Inspiration has been a struggle. In many ways.
I’m really good at beginning things and not always good at finishing them. I find it very easy to get inspired, but very difficult to sustain that inspiration.
After discussing this conundrum with Kris last night, it’s fresh on my mind and I spent a better part of the night last night thinking about it (when I should’ve been sleeping).
When you are relying on inspiration, you can’t always wait for the perfect circumstance or timing. Sometimes you have to make it happen.
Some of the most creative and most successful individuals in history have been rigidly disciplined and functioned as well-oiled machine, albeit nearly insane, scatter-brained machines. It’s been proven time and time again that having a schedule for yourself and sticking to it makes you more productive, but it also just makes you a less stressed mess, even if by just a smidge. You can rely on a schedule. It remains constant…if you stick to it. Among all the random occurrences in life, if you decide 4:00 is tea time, tea shall happen at 4:00.
It’s within parameters like this that I find my inspiration has room to breathe and finally pokes its head out. But it’s easier said than done. My most cherished part of the day is waking up because I know precisely what will happen next: shower, coffee, breakfast, today show.
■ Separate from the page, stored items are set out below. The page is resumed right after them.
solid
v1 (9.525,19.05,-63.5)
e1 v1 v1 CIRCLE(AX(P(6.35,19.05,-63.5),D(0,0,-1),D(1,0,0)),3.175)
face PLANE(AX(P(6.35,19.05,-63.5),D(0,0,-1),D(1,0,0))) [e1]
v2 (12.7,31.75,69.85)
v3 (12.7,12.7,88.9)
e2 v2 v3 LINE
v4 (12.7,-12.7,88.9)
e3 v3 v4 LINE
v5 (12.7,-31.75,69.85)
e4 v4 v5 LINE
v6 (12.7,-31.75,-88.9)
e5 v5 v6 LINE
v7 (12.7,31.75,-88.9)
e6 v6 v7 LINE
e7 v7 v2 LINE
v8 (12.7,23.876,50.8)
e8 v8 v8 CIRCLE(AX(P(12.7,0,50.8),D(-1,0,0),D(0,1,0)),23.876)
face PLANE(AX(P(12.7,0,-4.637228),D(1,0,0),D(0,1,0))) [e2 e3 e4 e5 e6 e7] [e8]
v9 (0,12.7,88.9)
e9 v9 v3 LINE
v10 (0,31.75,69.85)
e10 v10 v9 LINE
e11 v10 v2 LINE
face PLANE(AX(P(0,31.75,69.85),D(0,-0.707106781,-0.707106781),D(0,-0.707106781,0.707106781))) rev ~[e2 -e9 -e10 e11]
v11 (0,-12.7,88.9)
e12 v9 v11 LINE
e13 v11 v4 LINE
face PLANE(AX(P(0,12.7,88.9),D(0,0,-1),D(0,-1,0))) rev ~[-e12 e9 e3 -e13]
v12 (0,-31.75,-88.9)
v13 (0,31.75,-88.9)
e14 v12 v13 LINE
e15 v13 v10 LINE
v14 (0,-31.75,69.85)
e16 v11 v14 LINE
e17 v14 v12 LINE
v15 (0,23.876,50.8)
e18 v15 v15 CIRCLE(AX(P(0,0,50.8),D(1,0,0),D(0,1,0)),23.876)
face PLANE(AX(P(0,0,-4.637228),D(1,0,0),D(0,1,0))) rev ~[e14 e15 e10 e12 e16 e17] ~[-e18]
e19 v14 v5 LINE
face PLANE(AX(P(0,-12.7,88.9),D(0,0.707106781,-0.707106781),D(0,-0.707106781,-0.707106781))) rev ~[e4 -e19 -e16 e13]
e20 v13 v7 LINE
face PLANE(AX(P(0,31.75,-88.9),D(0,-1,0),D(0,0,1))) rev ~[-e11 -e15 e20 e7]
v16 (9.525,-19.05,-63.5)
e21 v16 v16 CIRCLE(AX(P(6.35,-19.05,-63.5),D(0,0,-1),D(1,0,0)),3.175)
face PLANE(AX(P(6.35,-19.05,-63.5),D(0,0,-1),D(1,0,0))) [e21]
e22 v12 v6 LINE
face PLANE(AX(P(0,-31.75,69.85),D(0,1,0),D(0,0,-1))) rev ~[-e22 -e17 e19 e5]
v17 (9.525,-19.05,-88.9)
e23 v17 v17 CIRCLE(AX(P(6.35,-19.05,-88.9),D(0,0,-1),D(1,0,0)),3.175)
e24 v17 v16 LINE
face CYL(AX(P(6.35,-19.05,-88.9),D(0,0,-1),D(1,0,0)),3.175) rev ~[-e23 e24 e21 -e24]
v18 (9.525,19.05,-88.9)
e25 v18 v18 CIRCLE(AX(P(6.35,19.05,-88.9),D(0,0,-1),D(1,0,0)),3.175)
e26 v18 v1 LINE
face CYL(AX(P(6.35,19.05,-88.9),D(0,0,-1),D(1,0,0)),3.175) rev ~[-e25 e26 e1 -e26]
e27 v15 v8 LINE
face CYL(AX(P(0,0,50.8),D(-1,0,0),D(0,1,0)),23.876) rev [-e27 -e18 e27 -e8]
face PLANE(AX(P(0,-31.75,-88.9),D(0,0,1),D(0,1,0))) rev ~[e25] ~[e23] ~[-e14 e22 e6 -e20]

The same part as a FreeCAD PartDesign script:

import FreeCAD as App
import Part
import Sketcher
Q = App.Units.Quantity


def add_polygon(sketch, points):
    """Adds a closed chain of lines whose ends are joined by coincident constraints."""
    first, n = sketch.GeometryCount, len(points)
    for a, b in zip(points, points[1:] + points[:1]):
        sketch.addGeometry(Part.LineSegment(App.Vector(*a, 0), App.Vector(*b, 0)), False)
    for i in range(n):
        sketch.addConstraint(Sketcher.Constraint("Coincident", first + i, 2, first + (i + 1) % n, 1))

doc = App.newDocument("Part")
body = doc.addObject("PartDesign::Body", "Body")

# Sketch on YZ plane
sketch1 = body.newObject("Sketcher::SketchObject", "Sketch")
sketch1.AttachmentSupport = (doc.getObject("YZ_Plane"), [""])
sketch1.MapMode = "FlatFace"
add_polygon(sketch1, [(13, 89), (-13, 89), (-32, 70), (-32, -89), (32, -89), (32, 70)])  # lines 0-5
sketch1.addConstraint([
    Sketcher.Constraint("Horizontal", 0),
    Sketcher.Constraint("Vertical", 2),
    Sketcher.Constraint("Horizontal", 3),
    Sketcher.Constraint("Vertical", 4),
    Sketcher.Constraint("Symmetric", 1, 2, 4, 2, -2),
    Sketcher.Constraint("Perpendicular", 1, 5),
    Sketcher.Constraint("Equal", 1, 5),
    Sketcher.Constraint("DistanceX", 0, 2, 0, 1, Q("1 in")),
    Sketcher.Constraint("DistanceX", 3, 1, 3, 2, Q("2.5 in")),
    Sketcher.Constraint("DistanceY", 2, 2, 0, 2, Q("7 in")),
    Sketcher.Constraint("DistanceY", -1, 1, 0, 2, Q("3.5 in")),
])
pad1 = body.newObject("PartDesign::Pad", "Pad")
pad1.Profile = sketch1
pad1.Length = Q("0.5 in")

# Sketch on YZ plane
sketch2 = body.newObject("Sketcher::SketchObject", "Sketch001")
sketch2.AttachmentSupport = (doc.getObject("YZ_Plane"), [""])
sketch2.MapMode = "FlatFace"
sketch2.addGeometry(Part.Circle(App.Vector(0, 51, 0), App.Vector(0, 0, 1), 24), False)
sketch2.addConstraint([
    Sketcher.Constraint("PointOnObject", 0, 3, -2),
    Sketcher.Constraint("Diameter", 0, Q("1.88 in")),
    Sketcher.Constraint("DistanceY", -1, 1, 0, 3, Q("2 in")),
])
pocket1 = body.newObject("PartDesign::Pocket", "Pocket")
pocket1.Profile = sketch2
pocket1.Type = "ThroughAll"
pocket1.Reversed = True

# Sketch on XY plane
sketch3 = body.newObject("Sketcher::SketchObject", "Sketch002")
sketch3.AttachmentSupport = (doc.getObject("XY_Plane"), [""])
sketch3.MapMode = "FlatFace"
sketch3.AttachmentOffset = App.Placement(App.Vector(0, 0, -3.5 * 25.4), App.Rotation())
sketch3.addGeometry([
    Part.Circle(App.Vector(6.3, -19.1, 0), App.Vector(0, 0, 1), 3.2),
    Part.Circle(App.Vector(6.3, 19.1, 0), App.Vector(0, 0, 1), 3.2),
], False)
sketch3.addConstraint([
    Sketcher.Constraint("Equal", 0, 1),
    Sketcher.Constraint("Symmetric", 0, 3, 1, 3, -1),
    Sketcher.Constraint("Diameter", 0, Q("0.25 in")),
    Sketcher.Constraint("DistanceY", 0, 3, 1, 3, Q("1.5 in")),
    Sketcher.Constraint("DistanceX", -1, 1, 0, 3, Q("0.25 in")),
])
pocket2 = body.newObject("PartDesign::Pocket", "Pocket001")
pocket2.Profile = sketch3
pocket2.Length = Q("1 in")
pocket2.Reversed = True

doc.recompute()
I mean, I’m a fan of spontaneity, but knowing I will have this hour or two to wake up and come to terms with my day is the most stabilizing feeling and prepares me for all the spontaneous events that will pop up from then on.
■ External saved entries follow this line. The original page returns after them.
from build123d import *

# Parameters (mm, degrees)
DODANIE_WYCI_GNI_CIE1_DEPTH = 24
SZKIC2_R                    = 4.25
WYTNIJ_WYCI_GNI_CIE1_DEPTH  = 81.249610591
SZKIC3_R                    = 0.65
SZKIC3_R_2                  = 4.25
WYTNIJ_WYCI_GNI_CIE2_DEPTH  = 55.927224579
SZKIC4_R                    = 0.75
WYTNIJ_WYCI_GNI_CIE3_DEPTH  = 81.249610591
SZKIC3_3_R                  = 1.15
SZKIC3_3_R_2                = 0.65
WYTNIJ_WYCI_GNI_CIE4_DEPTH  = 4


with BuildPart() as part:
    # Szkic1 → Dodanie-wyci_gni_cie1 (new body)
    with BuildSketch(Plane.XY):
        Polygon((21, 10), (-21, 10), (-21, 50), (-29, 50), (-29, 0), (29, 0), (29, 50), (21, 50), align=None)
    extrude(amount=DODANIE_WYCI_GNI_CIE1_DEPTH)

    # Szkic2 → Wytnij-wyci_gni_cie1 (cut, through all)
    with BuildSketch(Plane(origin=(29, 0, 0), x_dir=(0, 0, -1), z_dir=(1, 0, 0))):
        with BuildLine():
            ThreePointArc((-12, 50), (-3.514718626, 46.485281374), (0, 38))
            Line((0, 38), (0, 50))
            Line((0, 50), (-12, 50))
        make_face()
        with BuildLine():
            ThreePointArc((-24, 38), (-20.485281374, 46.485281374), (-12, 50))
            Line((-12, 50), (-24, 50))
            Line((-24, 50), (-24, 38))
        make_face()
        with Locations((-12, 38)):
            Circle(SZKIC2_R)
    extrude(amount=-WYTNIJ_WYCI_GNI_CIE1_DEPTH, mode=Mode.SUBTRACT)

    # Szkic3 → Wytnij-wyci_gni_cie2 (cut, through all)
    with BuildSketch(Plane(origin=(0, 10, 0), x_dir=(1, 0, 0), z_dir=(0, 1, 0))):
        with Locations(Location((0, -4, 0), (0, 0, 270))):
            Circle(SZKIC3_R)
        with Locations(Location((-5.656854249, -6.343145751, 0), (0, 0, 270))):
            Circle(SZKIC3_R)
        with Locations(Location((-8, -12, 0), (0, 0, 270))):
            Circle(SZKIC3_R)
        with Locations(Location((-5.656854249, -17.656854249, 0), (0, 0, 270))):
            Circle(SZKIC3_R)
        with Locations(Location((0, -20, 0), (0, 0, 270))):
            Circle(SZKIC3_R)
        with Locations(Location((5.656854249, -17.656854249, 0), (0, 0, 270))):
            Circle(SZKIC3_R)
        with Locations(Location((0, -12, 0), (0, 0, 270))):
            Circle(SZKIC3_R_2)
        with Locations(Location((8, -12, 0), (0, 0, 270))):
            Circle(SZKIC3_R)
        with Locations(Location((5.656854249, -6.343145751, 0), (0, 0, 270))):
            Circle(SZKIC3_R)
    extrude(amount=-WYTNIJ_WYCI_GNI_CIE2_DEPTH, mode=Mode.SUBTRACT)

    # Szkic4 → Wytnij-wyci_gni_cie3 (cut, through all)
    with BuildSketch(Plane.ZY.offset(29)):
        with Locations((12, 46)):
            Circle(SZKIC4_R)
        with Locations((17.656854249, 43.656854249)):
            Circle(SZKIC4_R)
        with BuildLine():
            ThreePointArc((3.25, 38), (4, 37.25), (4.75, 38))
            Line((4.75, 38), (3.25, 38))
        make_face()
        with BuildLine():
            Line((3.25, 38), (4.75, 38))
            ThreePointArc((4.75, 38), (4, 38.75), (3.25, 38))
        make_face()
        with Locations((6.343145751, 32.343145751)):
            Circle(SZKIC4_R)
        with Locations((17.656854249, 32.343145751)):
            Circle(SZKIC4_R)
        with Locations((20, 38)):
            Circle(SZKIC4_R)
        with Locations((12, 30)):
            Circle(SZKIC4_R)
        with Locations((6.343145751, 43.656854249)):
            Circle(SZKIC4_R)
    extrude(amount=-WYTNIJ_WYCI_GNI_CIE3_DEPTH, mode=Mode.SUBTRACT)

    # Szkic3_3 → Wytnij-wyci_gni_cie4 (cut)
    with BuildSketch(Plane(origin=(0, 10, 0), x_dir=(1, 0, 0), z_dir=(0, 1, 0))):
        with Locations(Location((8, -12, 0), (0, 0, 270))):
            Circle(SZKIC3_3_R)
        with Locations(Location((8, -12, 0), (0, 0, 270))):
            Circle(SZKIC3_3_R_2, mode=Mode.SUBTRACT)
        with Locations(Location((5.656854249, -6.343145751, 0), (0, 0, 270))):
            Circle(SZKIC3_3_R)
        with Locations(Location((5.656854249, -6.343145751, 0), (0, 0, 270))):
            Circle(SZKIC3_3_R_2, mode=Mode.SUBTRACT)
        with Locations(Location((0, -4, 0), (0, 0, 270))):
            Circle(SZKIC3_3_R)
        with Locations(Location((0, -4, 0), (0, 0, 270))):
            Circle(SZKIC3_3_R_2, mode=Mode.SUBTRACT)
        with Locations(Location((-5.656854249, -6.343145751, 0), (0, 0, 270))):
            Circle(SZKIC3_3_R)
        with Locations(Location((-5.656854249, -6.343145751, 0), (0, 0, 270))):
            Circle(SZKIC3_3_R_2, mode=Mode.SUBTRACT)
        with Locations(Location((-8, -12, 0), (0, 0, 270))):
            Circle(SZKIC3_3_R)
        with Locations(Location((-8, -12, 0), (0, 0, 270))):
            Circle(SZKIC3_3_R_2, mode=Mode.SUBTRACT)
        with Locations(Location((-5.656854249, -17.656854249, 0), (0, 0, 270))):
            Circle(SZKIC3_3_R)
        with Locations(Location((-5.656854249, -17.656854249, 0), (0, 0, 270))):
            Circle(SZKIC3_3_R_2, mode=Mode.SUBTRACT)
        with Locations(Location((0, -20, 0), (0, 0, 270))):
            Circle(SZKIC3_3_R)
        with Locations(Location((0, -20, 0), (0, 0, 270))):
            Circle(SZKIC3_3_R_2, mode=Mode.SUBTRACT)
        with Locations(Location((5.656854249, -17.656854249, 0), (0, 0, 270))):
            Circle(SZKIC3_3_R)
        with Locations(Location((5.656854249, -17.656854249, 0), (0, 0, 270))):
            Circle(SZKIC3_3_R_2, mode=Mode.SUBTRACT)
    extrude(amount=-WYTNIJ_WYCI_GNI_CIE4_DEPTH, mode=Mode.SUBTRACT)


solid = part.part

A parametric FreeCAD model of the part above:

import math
import FreeCAD as App
import Part
import Sketcher

V = App.Vector
Q = App.Units.Quantity


def add_polygon(sketch, points):
    """Adds a closed chain of lines whose ends are joined by coincident constraints."""
    first, n = sketch.GeometryCount, len(points)
    for a, b in zip(points, points[1:] + points[:1]):
        sketch.addGeometry(Part.LineSegment(App.Vector(*a, 0), App.Vector(*b, 0)), False)
    for i in range(n):
        sketch.addConstraint(Sketcher.Constraint("Coincident", first + i, 2, first + (i + 1) % n, 1))

doc = App.newDocument("Part")
body = doc.addObject("PartDesign::Body", "Body")

# Sketch on XY plane
sketch1 = body.newObject("Sketcher::SketchObject", "Sketch")
sketch1.AttachmentSupport = (doc.getObject("XY_Plane"), [""])
sketch1.MapMode = "FlatFace"
add_polygon(sketch1, [(21, 10), (-21, 10), (-21, 50), (-29, 50), (-29, 0), (29, 0), (29, 50), (21, 50)])  # lines 0-7
sketch1.addConstraint(Sketcher.Constraint("Horizontal", 0))
sketch1.addConstraint(Sketcher.Constraint("Vertical", 1))
sketch1.addConstraint(Sketcher.Constraint("Horizontal", 2))
sketch1.addConstraint(Sketcher.Constraint("Vertical", 3))
sketch1.addConstraint(Sketcher.Constraint("Horizontal", 4))
sketch1.addConstraint(Sketcher.Constraint("Vertical", 5))
sketch1.addConstraint(Sketcher.Constraint("Horizontal", 6))
sketch1.addConstraint(Sketcher.Constraint("Vertical", 7))
sketch1.addConstraint(Sketcher.Constraint("Symmetric", 3, 2, 4, 2, -1, 1))
sketch1.addConstraint(Sketcher.Constraint("Symmetric", 1, 2, 6, 2, -2))
sketch1.addConstraint(Sketcher.Constraint("DistanceX", 0, 2, 0, 1, Q("42 mm")))
sketch1.addConstraint(Sketcher.Constraint("DistanceX", 2, 2, 2, 1, Q("8 mm")))
sketch1.addConstraint(Sketcher.Constraint("DistanceY", 1, 1, 1, 2, Q("40 mm")))
sketch1.addConstraint(Sketcher.Constraint("DistanceY", 3, 2, 3, 1, Q("50 mm")))
pad1 = body.newObject("PartDesign::Pad", "Pad")
pad1.Profile = sketch1
pad1.Length = 24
All that being said, I am still the same person with half her closet scattered around her room, a half empty sketch book, a guitar that hasn’t been played in weeks, and a half-finished painting with easel and brushes still out beside it. And those are just my hobbies.
Kris’s dilemma is somewhat different. As he is attempting to make more of a living off his music than I am from my art, it’s a much bigger deal that he reaches certain milestones. However, with a demanding work schedule that leaves him little free time (if only for right now) and three roommates and a girlfriend who constantly pull at him as well, he gets little to no time to himself and his creative endeavors. Being one of those pulling forces I’m a bit biased, but because I love him I’m also inclined to encourage the kid to go ahead a kick me out and use those couple hours alone to make something beautiful happen.
Personally, my problem stems from a love of 10 hours of sleep that I don’t need every night. I would sleep all day if it were acceptable. Wake up, have breakfast and coffee, go back to bed, wake up for a a few hours in the evening, and sleep again. But alas, I’d never get anything accomplished and that’s the worst thing I can imagine. So for me, I know the solution is dragging myself up by 9:00 at the latest, earlier if at all possible, and starting my day even if I don’t have anywhere to be until 5:00 pm. I mean geez I woke up at 7:30 today completely expecting to be miserable all day and here I am blogging at 11:00, brunch already consumed.
I guess my point in all this is: Do the hard thing. It’s hard but it will facilitate much better results. The problem isn’t finding the inspiration, it’s allowing yourself to look for it at all.